YOUR INSTRUCTIONS
Within the records below is a range that opens at the line with "#85=DIRECTION('',(0.,0.,1.));" and closes at the line with "#149=ADVANCED_FACE('',(#146),#148,.F.);". Return that range word for word, both ends included, and only that range.

★ ★ ★ ★

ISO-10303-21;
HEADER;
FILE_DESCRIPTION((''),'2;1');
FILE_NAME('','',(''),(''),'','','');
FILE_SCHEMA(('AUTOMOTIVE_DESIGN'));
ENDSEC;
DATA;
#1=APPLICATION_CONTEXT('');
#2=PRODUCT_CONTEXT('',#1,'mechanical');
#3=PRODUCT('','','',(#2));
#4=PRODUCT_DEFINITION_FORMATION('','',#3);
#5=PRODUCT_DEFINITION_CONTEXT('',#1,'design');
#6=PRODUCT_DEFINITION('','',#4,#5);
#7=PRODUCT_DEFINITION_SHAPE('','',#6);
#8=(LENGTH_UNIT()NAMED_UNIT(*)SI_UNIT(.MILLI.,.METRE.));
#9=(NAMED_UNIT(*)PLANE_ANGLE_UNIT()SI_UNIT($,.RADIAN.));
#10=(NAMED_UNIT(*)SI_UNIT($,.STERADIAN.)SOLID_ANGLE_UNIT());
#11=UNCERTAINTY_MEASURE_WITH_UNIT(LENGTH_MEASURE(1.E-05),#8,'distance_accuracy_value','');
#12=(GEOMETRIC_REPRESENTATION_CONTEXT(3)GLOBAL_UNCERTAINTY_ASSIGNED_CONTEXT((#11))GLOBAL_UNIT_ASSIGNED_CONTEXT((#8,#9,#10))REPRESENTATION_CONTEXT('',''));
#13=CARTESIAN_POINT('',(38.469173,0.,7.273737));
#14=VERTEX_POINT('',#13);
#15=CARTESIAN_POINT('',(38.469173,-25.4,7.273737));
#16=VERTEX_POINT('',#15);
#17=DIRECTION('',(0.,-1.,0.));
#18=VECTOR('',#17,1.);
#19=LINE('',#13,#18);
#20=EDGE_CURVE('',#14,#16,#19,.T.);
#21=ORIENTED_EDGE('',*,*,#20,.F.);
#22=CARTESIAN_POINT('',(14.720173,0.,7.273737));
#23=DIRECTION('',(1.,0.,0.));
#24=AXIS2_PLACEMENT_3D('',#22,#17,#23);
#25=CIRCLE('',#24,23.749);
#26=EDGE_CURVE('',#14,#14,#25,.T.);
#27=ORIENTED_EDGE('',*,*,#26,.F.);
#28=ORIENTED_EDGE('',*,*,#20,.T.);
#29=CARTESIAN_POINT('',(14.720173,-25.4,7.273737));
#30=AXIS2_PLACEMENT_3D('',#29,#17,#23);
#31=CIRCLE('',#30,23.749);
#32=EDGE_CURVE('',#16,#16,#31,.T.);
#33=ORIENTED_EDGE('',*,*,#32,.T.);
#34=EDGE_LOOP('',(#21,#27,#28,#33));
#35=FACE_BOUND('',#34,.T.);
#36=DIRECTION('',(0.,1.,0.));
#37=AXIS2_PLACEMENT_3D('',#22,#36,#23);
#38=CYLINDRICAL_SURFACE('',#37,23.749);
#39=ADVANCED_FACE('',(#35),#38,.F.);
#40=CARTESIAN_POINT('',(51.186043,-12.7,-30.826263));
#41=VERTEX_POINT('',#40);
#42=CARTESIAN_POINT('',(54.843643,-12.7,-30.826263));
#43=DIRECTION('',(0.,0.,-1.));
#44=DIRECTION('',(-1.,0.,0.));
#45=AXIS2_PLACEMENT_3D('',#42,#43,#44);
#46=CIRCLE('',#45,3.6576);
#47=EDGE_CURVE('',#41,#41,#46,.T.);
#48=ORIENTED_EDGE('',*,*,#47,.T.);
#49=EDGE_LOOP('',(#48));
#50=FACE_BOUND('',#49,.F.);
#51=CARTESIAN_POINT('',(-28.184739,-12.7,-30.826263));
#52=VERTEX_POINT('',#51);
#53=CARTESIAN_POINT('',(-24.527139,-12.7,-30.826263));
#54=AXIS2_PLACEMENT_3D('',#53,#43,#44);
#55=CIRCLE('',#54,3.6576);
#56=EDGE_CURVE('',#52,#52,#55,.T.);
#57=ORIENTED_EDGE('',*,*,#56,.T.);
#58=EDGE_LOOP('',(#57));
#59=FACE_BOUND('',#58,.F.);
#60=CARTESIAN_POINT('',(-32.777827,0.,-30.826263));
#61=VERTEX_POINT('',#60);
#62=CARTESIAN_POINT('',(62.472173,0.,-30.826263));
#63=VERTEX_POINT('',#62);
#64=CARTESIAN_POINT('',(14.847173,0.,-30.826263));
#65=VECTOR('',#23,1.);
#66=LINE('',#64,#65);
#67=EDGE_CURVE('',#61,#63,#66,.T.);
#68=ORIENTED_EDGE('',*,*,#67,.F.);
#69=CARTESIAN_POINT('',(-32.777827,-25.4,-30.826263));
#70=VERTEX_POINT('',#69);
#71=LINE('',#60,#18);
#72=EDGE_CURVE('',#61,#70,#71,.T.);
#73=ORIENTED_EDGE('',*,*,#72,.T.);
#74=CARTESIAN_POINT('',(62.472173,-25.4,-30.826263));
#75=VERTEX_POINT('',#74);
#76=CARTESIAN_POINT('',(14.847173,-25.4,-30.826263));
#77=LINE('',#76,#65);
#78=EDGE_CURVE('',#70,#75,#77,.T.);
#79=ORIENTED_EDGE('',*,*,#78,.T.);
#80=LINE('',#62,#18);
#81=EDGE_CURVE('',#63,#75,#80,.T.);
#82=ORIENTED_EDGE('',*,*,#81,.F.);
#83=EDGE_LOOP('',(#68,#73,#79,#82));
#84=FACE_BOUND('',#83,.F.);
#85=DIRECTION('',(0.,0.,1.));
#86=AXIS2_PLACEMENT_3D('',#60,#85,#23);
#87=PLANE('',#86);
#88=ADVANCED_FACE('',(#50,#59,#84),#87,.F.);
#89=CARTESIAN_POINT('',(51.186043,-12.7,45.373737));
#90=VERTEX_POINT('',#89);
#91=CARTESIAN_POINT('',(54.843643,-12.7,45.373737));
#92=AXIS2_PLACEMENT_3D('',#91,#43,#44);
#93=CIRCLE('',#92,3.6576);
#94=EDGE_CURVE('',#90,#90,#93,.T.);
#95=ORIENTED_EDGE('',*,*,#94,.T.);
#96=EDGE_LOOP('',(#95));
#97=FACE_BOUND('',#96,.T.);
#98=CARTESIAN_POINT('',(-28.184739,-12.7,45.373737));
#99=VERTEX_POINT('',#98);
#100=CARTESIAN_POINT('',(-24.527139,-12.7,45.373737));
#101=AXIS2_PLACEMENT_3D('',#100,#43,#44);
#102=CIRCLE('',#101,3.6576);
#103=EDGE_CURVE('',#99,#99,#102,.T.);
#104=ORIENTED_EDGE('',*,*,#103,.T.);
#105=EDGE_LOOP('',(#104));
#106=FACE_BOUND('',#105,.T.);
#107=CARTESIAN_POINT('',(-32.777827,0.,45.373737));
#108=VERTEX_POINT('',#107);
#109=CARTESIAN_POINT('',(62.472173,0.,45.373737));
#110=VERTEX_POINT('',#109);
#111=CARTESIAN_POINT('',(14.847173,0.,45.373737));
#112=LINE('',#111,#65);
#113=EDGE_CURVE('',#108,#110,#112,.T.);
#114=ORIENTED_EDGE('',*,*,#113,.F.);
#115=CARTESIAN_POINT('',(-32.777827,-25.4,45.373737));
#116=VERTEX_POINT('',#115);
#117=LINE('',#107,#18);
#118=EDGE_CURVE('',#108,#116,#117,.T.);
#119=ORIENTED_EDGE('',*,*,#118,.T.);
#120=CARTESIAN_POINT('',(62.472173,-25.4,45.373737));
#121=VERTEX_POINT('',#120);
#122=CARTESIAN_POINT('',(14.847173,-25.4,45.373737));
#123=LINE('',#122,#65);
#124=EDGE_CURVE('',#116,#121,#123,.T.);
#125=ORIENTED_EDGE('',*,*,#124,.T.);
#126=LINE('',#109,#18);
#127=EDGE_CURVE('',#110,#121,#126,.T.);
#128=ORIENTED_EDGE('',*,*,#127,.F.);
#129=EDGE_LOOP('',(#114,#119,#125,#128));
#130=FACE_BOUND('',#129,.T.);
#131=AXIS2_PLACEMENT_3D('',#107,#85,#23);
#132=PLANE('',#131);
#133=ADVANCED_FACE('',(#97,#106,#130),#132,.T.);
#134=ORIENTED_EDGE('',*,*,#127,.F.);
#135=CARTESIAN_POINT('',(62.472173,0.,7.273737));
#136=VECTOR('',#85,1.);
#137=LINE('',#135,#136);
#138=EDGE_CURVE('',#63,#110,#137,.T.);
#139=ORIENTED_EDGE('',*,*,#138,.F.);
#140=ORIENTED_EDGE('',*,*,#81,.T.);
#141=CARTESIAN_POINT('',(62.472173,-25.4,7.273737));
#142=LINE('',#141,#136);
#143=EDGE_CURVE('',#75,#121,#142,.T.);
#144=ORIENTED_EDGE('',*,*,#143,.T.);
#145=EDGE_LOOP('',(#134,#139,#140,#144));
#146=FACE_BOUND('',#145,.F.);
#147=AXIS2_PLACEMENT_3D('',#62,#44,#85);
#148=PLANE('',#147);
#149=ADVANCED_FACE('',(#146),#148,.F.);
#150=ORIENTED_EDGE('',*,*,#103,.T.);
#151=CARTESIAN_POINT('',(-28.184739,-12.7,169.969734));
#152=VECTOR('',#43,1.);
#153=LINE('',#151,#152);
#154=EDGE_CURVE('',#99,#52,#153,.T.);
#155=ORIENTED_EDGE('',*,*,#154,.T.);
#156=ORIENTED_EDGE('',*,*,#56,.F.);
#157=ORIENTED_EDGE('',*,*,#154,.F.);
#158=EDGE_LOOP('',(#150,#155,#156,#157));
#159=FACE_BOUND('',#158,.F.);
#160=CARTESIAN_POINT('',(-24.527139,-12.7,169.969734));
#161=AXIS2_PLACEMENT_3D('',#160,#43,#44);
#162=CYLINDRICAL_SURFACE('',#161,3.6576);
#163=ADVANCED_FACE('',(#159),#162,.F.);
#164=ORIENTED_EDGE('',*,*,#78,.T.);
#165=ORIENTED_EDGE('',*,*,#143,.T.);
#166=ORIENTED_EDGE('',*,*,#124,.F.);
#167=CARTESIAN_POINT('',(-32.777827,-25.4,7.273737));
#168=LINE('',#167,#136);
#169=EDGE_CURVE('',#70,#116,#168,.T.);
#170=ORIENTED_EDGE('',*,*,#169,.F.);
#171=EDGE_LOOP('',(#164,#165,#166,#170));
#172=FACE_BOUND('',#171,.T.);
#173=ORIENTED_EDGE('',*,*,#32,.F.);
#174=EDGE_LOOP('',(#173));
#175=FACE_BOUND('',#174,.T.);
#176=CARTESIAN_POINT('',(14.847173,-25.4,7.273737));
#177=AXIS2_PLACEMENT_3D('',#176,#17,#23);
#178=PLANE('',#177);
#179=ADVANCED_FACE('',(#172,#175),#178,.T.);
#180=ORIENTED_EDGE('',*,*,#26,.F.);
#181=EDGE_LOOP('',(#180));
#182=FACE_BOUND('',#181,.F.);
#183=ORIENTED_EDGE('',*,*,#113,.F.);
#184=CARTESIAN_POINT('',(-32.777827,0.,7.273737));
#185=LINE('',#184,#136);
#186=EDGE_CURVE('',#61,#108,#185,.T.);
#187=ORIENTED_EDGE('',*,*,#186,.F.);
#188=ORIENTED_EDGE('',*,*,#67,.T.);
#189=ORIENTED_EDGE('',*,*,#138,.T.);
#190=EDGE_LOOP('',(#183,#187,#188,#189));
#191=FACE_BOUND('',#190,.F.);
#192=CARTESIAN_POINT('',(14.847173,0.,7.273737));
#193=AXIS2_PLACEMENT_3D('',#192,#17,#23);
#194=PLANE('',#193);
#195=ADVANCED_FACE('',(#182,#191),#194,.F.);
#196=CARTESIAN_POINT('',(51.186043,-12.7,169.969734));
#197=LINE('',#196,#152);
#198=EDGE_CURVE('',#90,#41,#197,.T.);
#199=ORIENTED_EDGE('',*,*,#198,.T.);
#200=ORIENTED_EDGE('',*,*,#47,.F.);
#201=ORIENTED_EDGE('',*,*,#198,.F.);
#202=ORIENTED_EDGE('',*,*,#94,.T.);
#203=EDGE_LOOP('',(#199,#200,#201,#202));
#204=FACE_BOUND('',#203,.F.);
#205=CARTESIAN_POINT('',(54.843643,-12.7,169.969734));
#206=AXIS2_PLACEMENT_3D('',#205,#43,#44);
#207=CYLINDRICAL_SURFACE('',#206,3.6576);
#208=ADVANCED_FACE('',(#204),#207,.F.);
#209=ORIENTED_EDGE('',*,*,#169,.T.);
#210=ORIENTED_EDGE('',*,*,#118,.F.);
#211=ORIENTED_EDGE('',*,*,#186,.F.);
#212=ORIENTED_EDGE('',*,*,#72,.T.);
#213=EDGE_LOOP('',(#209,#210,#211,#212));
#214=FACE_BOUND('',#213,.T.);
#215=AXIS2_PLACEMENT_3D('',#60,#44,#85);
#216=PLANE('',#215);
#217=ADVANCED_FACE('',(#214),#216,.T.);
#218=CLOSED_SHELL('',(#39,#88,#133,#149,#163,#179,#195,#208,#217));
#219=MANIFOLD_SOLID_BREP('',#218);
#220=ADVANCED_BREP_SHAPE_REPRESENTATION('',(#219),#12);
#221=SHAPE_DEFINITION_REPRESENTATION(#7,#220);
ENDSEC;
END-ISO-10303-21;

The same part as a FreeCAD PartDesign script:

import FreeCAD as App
import Part
import Sketcher
from FreeCAD import Vector
Q = App.Units.Quantity


def add_polygon(sketch, points):
    """Adds a closed chain of lines whose ends are joined by coincident constraints."""
    first, n = sketch.GeometryCount, len(points)
    for a, b in zip(points, points[1:] + points[:1]):
        sketch.addGeometry(Part.LineSegment(App.Vector(*a, 0), App.Vector(*b, 0)), False)
    for i in range(n):
        sketch.addConstraint(Sketcher.Constraint("Coincident", first + i, 2, first + (i + 1) % n, 1))

doc = App.newDocument("Part")
params = doc.addObject("Spreadsheet::Sheet", "Params")
for row, (alias, value) in enumerate([
    ("sketch1_diameter", "1.87 in"),
    ("sketch1_height", "3 in"),
    ("sketch1_width", "3.75 in"),
    ("pad1_length", "1 in"),
    ("sketch2_diameter", "0.288 in"),
    ("hole_diameter", "0.288 in"),
], start=1):
    params.set(f"A{row}", alias)
    params.set(f"B{row}", "=" + value)
    params.setAlias(f"B{row}", alias)

body = doc.addObject("PartDesign::Body", "Body")

# Sketch on XZ plane
sketch1 = body.newObject("Sketcher::SketchObject", "Sketch")
sketch1.AttachmentSupport = (doc.getObject("XZ_Plane"), [""])
sketch1.MapMode = "FlatFace"
add_polygon(sketch1, [(-32.777827, 45.373737), (-32.777827, -30.826263), (62.472173, -30.826263), (62.472173, 45.373737)])  # lines 0-3
sketch1.addGeometry(Part.Circle(Vector(14.720173, 7.273737, 0), Vector(0, 0, 1), 23.749), False)  # 4
sketch1.addConstraint([
    Sketcher.Constraint("Vertical", 0),
    Sketcher.Constraint("Horizontal", 1),
    Sketcher.Constraint("Vertical", 2),
    Sketcher.Constraint("Horizontal", 3),
    Sketcher.Constraint("Diameter", 4, Q("1.87 in")),
    Sketcher.Constraint("DistanceY", 0, 2, 0, 1, Q("3 in")),
    Sketcher.Constraint("DistanceX", 1, 1, 1, 2, Q("3.75 in")),
    Sketcher.Constraint("DistanceY", 0, 2, 4, 3, Q("1.5 in")),
    Sketcher.Constraint("DistanceX", 0, 2, 4, 3, Q("1.87 in")),
    Sketcher.Constraint("DistanceX", -1, 1, 4, 3, 14.720173),
    Sketcher.Constraint("DistanceY", -1, 1, 4, 3, 7.273737),
])
sketch1.setExpression("Constraints[8]", "Params.sketch1_diameter")
sketch1.setExpression("Constraints[9]", "Params.sketch1_height")
sketch1.setExpression("Constraints[10]", "Params.sketch1_width")
pad1 = body.newObject("PartDesign::Pad", "Pad")
pad1.Profile = sketch1
pad1.setExpression("Length", "Params.pad1_length")

# Sketch on XY plane
sketch2 = body.newObject("Sketcher::SketchObject", "Sketch001")
sketch2.AttachmentSupport = (doc.getObject("XY_Plane"), [""])
sketch2.MapMode = "FlatFace"
sketch2.AttachmentOffset = App.Placement(Vector(0, 0, 45.373737), App.Rotation())
sketch2.addGeometry([
    Part.Circle(Vector(-24.527139, -12.7, 0), Vector(0, 0, 1), 3.6576),
    Part.Circle(Vector(54.843643, -12.7, 0), Vector(0, 0, 1), 3.6576),
], False)
sketch2.addConstraint([
    Sketcher.Constraint("Equal", 0, 1),
    Sketcher.Constraint("Horizontal", 0, 3, 1, 3),
    Sketcher.Constraint("Diameter", 0, Q("0.288 in")),
    Sketcher.Constraint("DistanceY", 0, 3, -1, 1, Q("0.5 in")),
    Sketcher.Constraint("DistanceX", 0, 3, -1, 1, 24.527139),
    Sketcher.Constraint("DistanceX", 0, 3, 1, 3, 79.370782),
])
sketch2.setExpression("Constraints[2]", "Params.sketch2_diameter")
doc.recompute()
hole = body.newObject("PartDesign::Hole", "Hole")
hole.Profile = sketch2
hole.ThreadType = "None"
hole.setExpression("Diameter", "Params.hole_diameter")
hole.DepthType = "ThroughAll"

doc.recompute()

★ ★ ★ ★

EXERCISE SOLUTION
#85=DIRECTION('',(0.,0.,1.));
#86=AXIS2_PLACEMENT_3D('',#60,#85,#23);
#87=PLANE('',#86);
#88=ADVANCED_FACE('',(#50,#59,#84),#87,.F.);
#89=CARTESIAN_POINT('',(51.186043,-12.7,45.373737));
#90=VERTEX_POINT('',#89);
#91=CARTESIAN_POINT('',(54.843643,-12.7,45.373737));
#92=AXIS2_PLACEMENT_3D('',#91,#43,#44);
#93=CIRCLE('',#92,3.6576);
#94=EDGE_CURVE('',#90,#90,#93,.T.);
#95=ORIENTED_EDGE('',*,*,#94,.T.);
#96=EDGE_LOOP('',(#95));
#97=FACE_BOUND('',#96,.T.);
#98=CARTESIAN_POINT('',(-28.184739,-12.7,45.373737));
#99=VERTEX_POINT('',#98);
#100=CARTESIAN_POINT('',(-24.527139,-12.7,45.373737));
#101=AXIS2_PLACEMENT_3D('',#100,#43,#44);
#102=CIRCLE('',#101,3.6576);
#103=EDGE_CURVE('',#99,#99,#102,.T.);
#104=ORIENTED_EDGE('',*,*,#103,.T.);
#105=EDGE_LOOP('',(#104));
#106=FACE_BOUND('',#105,.T.);
#107=CARTESIAN_POINT('',(-32.777827,0.,45.373737));
#108=VERTEX_POINT('',#107);
#109=CARTESIAN_POINT('',(62.472173,0.,45.373737));
#110=VERTEX_POINT('',#109);
#111=CARTESIAN_POINT('',(14.847173,0.,45.373737));
#112=LINE('',#111,#65);
#113=EDGE_CURVE('',#108,#110,#112,.T.);
#114=ORIENTED_EDGE('',*,*,#113,.F.);
#115=CARTESIAN_POINT('',(-32.777827,-25.4,45.373737));
#116=VERTEX_POINT('',#115);
#117=LINE('',#107,#18);
#118=EDGE_CURVE('',#108,#116,#117,.T.);
#119=ORIENTED_EDGE('',*,*,#118,.T.);
#120=CARTESIAN_POINT('',(62.472173,-25.4,45.373737));
#121=VERTEX_POINT('',#120);
#122=CARTESIAN_POINT('',(14.847173,-25.4,45.373737));
#123=LINE('',#122,#65);
#124=EDGE_CURVE('',#116,#121,#123,.T.);
#125=ORIENTED_EDGE('',*,*,#124,.T.);
#126=LINE('',#109,#18);
#127=EDGE_CURVE('',#110,#121,#126,.T.);
#128=ORIENTED_EDGE('',*,*,#127,.F.);
#129=EDGE_LOOP('',(#114,#119,#125,#128));
#130=FACE_BOUND('',#129,.T.);
#131=AXIS2_PLACEMENT_3D('',#107,#85,#23);
#132=PLANE('',#131);
#133=ADVANCED_FACE('',(#97,#106,#130),#132,.T.);
#134=ORIENTED_EDGE('',*,*,#127,.F.);
#135=CARTESIAN_POINT('',(62.472173,0.,7.273737));
#136=VECTOR('',#85,1.);
#137=LINE('',#135,#136);
#138=EDGE_CURVE('',#63,#110,#137,.T.);
#139=ORIENTED_EDGE('',*,*,#138,.F.);
#140=ORIENTED_EDGE('',*,*,#81,.T.);
#141=CARTESIAN_POINT('',(62.472173,-25.4,7.273737));
#142=LINE('',#141,#136);
#143=EDGE_CURVE('',#75,#121,#142,.T.);
#144=ORIENTED_EDGE('',*,*,#143,.T.);
#145=EDGE_LOOP('',(#134,#139,#140,#144));
#146=FACE_BOUND('',#145,.F.);
#147=AXIS2_PLACEMENT_3D('',#62,#44,#85);
#148=PLANE('',#147);
#149=ADVANCED_FACE('',(#146),#148,.F.);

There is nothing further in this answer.